WHAT THE TASK ASKS: Print the lines of the data, starting with the first, up to and including the line where "f 142 140 141" appears.

Extracted records:
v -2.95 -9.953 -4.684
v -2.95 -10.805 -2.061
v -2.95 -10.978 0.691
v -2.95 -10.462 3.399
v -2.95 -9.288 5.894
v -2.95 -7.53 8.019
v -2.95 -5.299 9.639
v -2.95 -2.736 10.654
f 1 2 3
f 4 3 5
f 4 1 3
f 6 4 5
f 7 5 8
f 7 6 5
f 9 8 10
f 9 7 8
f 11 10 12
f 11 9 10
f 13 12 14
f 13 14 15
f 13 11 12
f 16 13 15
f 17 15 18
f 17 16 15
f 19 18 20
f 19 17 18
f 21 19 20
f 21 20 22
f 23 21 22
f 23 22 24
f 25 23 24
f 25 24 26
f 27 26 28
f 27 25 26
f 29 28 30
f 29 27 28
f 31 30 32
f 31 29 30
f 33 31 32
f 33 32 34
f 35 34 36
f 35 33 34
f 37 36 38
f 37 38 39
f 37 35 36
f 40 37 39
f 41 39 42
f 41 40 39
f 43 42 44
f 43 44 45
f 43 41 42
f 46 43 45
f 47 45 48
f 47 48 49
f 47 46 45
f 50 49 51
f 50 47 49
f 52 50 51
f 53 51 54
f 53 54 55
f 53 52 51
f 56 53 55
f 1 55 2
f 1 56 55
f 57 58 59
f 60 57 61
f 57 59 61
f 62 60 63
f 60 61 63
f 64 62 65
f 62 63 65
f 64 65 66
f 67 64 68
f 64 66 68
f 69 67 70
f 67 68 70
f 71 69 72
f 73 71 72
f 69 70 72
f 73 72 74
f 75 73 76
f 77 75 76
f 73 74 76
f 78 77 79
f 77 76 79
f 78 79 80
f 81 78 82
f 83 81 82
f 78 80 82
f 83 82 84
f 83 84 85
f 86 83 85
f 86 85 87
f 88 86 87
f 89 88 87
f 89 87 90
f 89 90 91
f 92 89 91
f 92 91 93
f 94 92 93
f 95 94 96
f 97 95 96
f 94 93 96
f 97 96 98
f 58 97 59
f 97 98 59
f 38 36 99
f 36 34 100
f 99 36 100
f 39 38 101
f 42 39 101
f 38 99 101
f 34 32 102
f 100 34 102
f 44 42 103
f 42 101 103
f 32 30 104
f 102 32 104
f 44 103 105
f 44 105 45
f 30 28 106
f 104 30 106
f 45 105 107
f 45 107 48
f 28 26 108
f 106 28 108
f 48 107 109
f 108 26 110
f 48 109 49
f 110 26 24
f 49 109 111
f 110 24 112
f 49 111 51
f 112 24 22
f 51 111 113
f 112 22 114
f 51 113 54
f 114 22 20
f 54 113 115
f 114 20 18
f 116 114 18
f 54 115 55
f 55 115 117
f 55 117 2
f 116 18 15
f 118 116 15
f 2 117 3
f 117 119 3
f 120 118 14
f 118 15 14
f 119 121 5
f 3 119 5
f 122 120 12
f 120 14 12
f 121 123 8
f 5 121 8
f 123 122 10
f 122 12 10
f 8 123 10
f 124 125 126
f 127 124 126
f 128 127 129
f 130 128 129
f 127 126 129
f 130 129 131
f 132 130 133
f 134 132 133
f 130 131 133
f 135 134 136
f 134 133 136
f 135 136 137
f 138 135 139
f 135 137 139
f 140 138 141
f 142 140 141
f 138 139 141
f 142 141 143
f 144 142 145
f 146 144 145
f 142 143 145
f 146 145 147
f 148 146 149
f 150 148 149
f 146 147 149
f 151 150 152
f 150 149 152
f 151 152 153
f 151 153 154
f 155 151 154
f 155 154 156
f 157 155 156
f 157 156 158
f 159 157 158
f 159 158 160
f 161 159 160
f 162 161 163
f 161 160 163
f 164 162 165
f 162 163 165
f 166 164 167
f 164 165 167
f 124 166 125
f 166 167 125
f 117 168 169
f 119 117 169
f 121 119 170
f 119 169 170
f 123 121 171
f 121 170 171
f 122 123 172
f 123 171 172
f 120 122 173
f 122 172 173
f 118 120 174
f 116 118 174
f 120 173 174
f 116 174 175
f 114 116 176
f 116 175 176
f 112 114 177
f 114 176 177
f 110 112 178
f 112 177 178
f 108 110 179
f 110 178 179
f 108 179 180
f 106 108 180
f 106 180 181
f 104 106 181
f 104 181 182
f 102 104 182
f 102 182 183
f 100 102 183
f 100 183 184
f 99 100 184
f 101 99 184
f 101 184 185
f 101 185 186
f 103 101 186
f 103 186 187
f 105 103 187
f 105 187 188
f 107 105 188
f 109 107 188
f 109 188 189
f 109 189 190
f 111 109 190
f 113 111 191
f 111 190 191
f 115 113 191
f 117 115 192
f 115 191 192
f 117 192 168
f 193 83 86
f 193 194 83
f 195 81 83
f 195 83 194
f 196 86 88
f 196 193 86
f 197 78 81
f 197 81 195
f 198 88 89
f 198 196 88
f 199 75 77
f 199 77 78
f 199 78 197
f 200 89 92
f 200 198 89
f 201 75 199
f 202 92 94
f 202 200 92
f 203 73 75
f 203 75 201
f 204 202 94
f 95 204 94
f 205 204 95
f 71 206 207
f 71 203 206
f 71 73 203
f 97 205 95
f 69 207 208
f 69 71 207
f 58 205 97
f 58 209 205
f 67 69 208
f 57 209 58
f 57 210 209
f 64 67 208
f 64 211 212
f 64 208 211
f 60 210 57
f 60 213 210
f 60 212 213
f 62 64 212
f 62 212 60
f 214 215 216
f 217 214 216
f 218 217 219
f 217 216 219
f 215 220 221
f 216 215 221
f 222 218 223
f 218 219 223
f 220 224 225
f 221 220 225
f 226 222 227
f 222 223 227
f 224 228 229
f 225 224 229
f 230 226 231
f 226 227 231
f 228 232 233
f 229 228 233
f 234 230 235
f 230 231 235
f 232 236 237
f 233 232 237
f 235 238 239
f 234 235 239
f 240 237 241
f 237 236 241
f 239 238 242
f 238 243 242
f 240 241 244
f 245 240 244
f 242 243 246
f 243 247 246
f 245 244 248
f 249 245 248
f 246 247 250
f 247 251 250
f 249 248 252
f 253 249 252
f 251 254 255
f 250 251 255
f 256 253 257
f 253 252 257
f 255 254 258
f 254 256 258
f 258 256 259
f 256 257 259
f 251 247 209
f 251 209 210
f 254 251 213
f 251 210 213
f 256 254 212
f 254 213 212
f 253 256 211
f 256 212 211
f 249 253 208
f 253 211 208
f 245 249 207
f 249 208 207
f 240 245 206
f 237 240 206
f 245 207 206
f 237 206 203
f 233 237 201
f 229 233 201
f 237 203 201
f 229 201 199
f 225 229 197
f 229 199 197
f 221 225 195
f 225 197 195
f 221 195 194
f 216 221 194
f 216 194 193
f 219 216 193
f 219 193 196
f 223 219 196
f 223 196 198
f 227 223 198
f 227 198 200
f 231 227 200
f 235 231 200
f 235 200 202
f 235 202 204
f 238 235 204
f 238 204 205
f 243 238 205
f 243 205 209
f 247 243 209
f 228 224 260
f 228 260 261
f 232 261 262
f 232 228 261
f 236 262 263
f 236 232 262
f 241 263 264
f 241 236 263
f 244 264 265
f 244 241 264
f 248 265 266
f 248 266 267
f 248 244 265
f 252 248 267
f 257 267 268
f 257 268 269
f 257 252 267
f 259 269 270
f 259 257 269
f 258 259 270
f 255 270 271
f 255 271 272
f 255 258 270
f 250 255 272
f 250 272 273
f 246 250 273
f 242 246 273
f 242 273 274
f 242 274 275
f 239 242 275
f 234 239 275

WRITTEN RESPONSE:
v -2.95 -9.953 -4.684
v -2.95 -10.805 -2.061
v -2.95 -10.978 0.691
v -2.95 -10.462 3.399
v -2.95 -9.288 5.894
v -2.95 -7.53 8.019
v -2.95 -5.299 9.639
v -2.95 -2.736 10.654
f 1 2 3
f 4 3 5
f 4 1 3
f 6 4 5
f 7 5 8
f 7 6 5
f 9 8 10
f 9 7 8
f 11 10 12
f 11 9 10
f 13 12 14
f 13 14 15
f 13 11 12
f 16 13 15
f 17 15 18
f 17 16 15
f 19 18 20
f 19 17 18
f 21 19 20
f 21 20 22
f 23 21 22
f 23 22 24
f 25 23 24
f 25 24 26
f 27 26 28
f 27 25 26
f 29 28 30
f 29 27 28
f 31 30 32
f 31 29 30
f 33 31 32
f 33 32 34
f 35 34 36
f 35 33 34
f 37 36 38
f 37 38 39
f 37 35 36
f 40 37 39
f 41 39 42
f 41 40 39
f 43 42 44
f 43 44 45
f 43 41 42
f 46 43 45
f 47 45 48
f 47 48 49
f 47 46 45
f 50 49 51
f 50 47 49
f 52 50 51
f 53 51 54
f 53 54 55
f 53 52 51
f 56 53 55
f 1 55 2
f 1 56 55
f 57 58 59
f 60 57 61
f 57 59 61
f 62 60 63
f 60 61 63
f 64 62 65
f 62 63 65
f 64 65 66
f 67 64 68
f 64 66 68
f 69 67 70
f 67 68 70
f 71 69 72
f 73 71 72
f 69 70 72
f 73 72 74
f 75 73 76
f 77 75 76
f 73 74 76
f 78 77 79
f 77 76 79
f 78 79 80
f 81 78 82
f 83 81 82
f 78 80 82
f 83 82 84
f 83 84 85
f 86 83 85
f 86 85 87
f 88 86 87
f 89 88 87
f 89 87 90
f 89 90 91
f 92 89 91
f 92 91 93
f 94 92 93
f 95 94 96
f 97 95 96
f 94 93 96
f 97 96 98
f 58 97 59
f 97 98 59
f 38 36 99
f 36 34 100
f 99 36 100
f 39 38 101
f 42 39 101
f 38 99 101
f 34 32 102
f 100 34 102
f 44 42 103
f 42 101 103
f 32 30 104
f 102 32 104
f 44 103 105
f 44 105 45
f 30 28 106
f 104 30 106
f 45 105 107
f 45 107 48
f 28 26 108
f 106 28 108
f 48 107 109
f 108 26 110
f 48 109 49
f 110 26 24
f 49 109 111
f 110 24 112
f 49 111 51
f 112 24 22
f 51 111 113
f 112 22 114
f 51 113 54
f 114 22 20
f 54 113 115
f 114 20 18
f 116 114 18
f 54 115 55
f 55 115 117
f 55 117 2
f 116 18 15
f 118 116 15
f 2 117 3
f 117 119 3
f 120 118 14
f 118 15 14
f 119 121 5
f 3 119 5
f 122 120 12
f 120 14 12
f 121 123 8
f 5 121 8
f 123 122 10
f 122 12 10
f 8 123 10
f 124 125 126
f 127 124 126
f 128 127 129
f 130 128 129
f 127 126 129
f 130 129 131
f 132 130 133
f 134 132 133
f 130 131 133
f 135 134 136
f 134 133 136
f 135 136 137
f 138 135 139
f 135 137 139
f 140 138 141
f 142 140 141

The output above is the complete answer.